[Saved entries]

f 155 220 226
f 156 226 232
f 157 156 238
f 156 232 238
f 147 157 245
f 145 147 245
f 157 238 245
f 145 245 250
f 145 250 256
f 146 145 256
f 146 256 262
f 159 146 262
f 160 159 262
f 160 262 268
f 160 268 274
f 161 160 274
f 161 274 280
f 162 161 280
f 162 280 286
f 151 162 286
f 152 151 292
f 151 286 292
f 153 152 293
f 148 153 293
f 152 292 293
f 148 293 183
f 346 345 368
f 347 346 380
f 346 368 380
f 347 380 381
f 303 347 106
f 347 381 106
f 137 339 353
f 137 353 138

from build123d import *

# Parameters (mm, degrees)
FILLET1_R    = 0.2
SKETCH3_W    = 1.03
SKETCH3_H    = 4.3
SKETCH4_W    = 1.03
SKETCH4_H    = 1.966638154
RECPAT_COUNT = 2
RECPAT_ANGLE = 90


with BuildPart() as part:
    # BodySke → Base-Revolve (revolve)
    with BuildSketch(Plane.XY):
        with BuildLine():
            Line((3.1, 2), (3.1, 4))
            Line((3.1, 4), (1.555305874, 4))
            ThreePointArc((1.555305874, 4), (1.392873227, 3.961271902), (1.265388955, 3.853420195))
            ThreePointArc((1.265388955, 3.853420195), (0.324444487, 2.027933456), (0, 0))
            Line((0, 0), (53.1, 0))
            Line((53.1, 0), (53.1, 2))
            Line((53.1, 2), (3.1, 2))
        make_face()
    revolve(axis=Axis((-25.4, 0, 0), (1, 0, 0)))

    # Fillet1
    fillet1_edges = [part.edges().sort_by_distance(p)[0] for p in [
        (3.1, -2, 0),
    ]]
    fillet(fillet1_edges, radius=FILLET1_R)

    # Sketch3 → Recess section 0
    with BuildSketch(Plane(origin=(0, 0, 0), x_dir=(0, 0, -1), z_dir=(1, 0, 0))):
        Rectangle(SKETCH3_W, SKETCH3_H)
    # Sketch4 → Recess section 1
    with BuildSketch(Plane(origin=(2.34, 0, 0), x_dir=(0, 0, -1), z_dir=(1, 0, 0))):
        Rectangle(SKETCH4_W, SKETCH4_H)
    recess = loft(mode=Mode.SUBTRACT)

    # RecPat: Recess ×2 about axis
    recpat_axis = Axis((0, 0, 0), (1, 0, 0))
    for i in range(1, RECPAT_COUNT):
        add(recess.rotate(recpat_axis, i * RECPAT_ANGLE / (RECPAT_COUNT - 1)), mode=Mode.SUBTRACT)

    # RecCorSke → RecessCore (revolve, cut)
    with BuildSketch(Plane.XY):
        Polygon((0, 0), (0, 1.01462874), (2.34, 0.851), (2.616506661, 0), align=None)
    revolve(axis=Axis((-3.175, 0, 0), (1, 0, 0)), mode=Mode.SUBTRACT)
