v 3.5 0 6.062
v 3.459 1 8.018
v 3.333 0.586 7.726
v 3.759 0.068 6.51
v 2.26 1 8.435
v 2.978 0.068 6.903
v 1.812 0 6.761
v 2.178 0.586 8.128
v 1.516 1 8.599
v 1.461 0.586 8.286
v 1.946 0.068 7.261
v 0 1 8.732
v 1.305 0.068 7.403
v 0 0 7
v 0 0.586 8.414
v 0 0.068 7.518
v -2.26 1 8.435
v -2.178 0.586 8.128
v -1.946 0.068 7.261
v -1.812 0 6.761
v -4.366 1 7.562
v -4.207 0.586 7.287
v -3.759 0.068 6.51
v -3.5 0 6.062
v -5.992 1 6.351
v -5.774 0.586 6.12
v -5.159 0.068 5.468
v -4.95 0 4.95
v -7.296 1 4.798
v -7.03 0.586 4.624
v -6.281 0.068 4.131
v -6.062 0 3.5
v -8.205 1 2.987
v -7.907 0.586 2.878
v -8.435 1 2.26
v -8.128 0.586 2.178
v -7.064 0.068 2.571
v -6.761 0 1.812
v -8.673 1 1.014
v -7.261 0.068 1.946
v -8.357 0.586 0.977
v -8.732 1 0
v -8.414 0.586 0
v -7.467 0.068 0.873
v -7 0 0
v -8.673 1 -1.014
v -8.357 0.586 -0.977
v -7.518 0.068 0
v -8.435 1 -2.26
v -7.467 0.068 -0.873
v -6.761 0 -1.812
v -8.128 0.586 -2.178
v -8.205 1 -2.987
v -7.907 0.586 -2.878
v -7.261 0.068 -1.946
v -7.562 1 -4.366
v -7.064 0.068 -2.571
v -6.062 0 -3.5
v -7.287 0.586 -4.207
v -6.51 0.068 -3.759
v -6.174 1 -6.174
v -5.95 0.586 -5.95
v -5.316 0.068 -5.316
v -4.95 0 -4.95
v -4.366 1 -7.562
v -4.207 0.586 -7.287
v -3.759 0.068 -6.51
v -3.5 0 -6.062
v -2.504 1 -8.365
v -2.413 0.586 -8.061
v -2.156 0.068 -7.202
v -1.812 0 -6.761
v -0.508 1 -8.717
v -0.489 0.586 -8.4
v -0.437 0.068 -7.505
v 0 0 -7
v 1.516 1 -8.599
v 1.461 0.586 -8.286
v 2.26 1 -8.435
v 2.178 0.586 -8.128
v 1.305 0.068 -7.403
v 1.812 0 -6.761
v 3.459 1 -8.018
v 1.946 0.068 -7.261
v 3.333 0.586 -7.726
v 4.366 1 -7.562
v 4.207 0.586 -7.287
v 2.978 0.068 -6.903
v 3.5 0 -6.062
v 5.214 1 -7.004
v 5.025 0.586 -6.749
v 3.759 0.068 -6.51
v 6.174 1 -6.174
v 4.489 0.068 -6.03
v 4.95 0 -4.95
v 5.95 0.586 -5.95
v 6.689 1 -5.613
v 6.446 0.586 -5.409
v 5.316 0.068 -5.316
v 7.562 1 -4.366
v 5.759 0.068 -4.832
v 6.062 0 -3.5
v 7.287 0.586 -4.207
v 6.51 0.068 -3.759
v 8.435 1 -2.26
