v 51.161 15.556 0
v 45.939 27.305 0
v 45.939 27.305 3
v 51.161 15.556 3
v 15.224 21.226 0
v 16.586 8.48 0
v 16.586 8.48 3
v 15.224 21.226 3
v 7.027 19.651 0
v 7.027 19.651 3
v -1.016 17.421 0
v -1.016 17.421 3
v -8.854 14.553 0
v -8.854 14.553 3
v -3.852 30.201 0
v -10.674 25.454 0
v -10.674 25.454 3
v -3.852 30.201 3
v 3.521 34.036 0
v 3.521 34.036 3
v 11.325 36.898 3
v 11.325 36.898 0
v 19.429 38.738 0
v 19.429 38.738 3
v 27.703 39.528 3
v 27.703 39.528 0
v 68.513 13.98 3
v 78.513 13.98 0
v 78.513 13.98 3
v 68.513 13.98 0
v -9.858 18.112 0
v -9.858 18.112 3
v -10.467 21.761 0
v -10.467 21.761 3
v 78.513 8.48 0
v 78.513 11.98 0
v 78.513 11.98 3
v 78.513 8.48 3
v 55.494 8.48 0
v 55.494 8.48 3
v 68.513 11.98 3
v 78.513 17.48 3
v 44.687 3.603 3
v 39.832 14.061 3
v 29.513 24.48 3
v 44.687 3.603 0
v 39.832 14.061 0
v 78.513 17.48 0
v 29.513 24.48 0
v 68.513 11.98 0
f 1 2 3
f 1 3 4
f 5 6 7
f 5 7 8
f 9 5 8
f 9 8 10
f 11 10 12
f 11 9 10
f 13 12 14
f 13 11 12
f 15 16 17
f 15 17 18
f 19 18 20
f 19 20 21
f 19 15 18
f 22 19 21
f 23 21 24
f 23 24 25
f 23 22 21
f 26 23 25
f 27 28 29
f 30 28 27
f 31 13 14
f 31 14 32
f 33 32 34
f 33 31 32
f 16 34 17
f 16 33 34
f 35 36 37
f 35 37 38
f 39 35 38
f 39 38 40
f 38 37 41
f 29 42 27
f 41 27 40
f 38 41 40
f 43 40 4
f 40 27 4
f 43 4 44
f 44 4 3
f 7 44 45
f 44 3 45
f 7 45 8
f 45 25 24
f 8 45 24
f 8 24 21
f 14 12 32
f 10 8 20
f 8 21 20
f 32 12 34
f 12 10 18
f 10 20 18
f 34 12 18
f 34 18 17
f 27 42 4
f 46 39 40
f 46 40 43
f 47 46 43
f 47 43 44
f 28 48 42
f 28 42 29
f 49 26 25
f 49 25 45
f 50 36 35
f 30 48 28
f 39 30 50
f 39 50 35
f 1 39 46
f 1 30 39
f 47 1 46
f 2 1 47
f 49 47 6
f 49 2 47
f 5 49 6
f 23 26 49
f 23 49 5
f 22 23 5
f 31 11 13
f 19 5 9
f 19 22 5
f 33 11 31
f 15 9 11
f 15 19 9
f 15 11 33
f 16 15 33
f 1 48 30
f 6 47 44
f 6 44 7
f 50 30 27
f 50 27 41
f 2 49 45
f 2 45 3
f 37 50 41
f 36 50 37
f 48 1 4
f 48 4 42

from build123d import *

# Parameters (mm, degrees)
SALIENTE_EXTRUIR1_DEPTH = 3


with BuildPart() as part:
    # Model → Saliente-Extruir1 (new body)
    with BuildSketch(Plane.XY):
        with BuildLine():
            Line((78.512585392, 8.480394017), (67.503193542, 8.480394017))
            Line((67.503193542, 8.480394017), (55.493801692, 8.480394017))
            Line((55.493801692, 8.480394017), (44.687089166, 3.603222324))
            Line((44.687089166, 3.603222324), (39.831918887, 14.06059302))
            Line((39.831918887, 14.06059302), (16.586059329, 8.480394017))
            Line((16.586059329, 8.480394017), (15.223673977, 21.22645362))
            ThreePointArc((15.223673977, 21.22645362), (2.983166863, 18.616670486), (-8.854222662, 14.552535688))
            ThreePointArc((-8.854222662, 14.552535688), (-10.212878112, 19.928241742), (-10.673926914, 25.453781916))
            ThreePointArc((-10.673926914, 25.453781916), (7.377127931, 35.592311556), (27.703067566, 39.527605983))
            Line((27.703067566, 39.527605983), (29.512585392, 24.480394017))
            Line((29.512585392, 24.480394017), (45.938881991, 27.30453113))
            Line((45.938881991, 27.30453113), (51.161258051, 15.555534113))
            Line((51.161258051, 15.555534113), (78.512585392, 17.480394017))
            Line((78.512585392, 17.480394017), (78.512585392, 13.980394017))
            Line((78.512585392, 13.980394017), (68.512585392, 13.980394017))
            Line((68.512585392, 13.980394017), (68.512585392, 11.980394017))
            Line((68.512585392, 11.980394017), (78.512585392, 11.980394017))
            Line((78.512585392, 11.980394017), (78.512585392, 8.480394017))
        make_face()
    extrude(amount=SALIENTE_EXTRUIR1_DEPTH)


solid = part.part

Instructions for the task = Look back at the entries above. Retype the line with "f 161 160 274", the line with "3.961271902), (1.265388955, 3.853420195))", and all lines in between.

Task solution =
f 161 160 274
f 161 274 280
f 162 161 280
f 162 280 286
f 151 162 286
f 152 151 292
f 151 286 292
f 153 152 293
f 148 153 293
f 152 292 293
f 148 293 183
f 346 345 368
f 347 346 380
f 346 368 380
f 347 380 381
f 303 347 106
f 347 381 106
f 137 339 353
f 137 353 138

from build123d import *

# Parameters (mm, degrees)
FILLET1_R    = 0.2
SKETCH3_W    = 1.03
SKETCH3_H    = 4.3
SKETCH4_W    = 1.03
SKETCH4_H    = 1.966638154
RECPAT_COUNT = 2
RECPAT_ANGLE = 90


with BuildPart() as part:
    # BodySke → Base-Revolve (revolve)
    with BuildSketch(Plane.XY):
        with BuildLine():
            Line((3.1, 2), (3.1, 4))
            Line((3.1, 4), (1.555305874, 4))
            ThreePointArc((1.555305874, 4), (1.392873227, 3.961271902), (1.265388955, 3.853420195))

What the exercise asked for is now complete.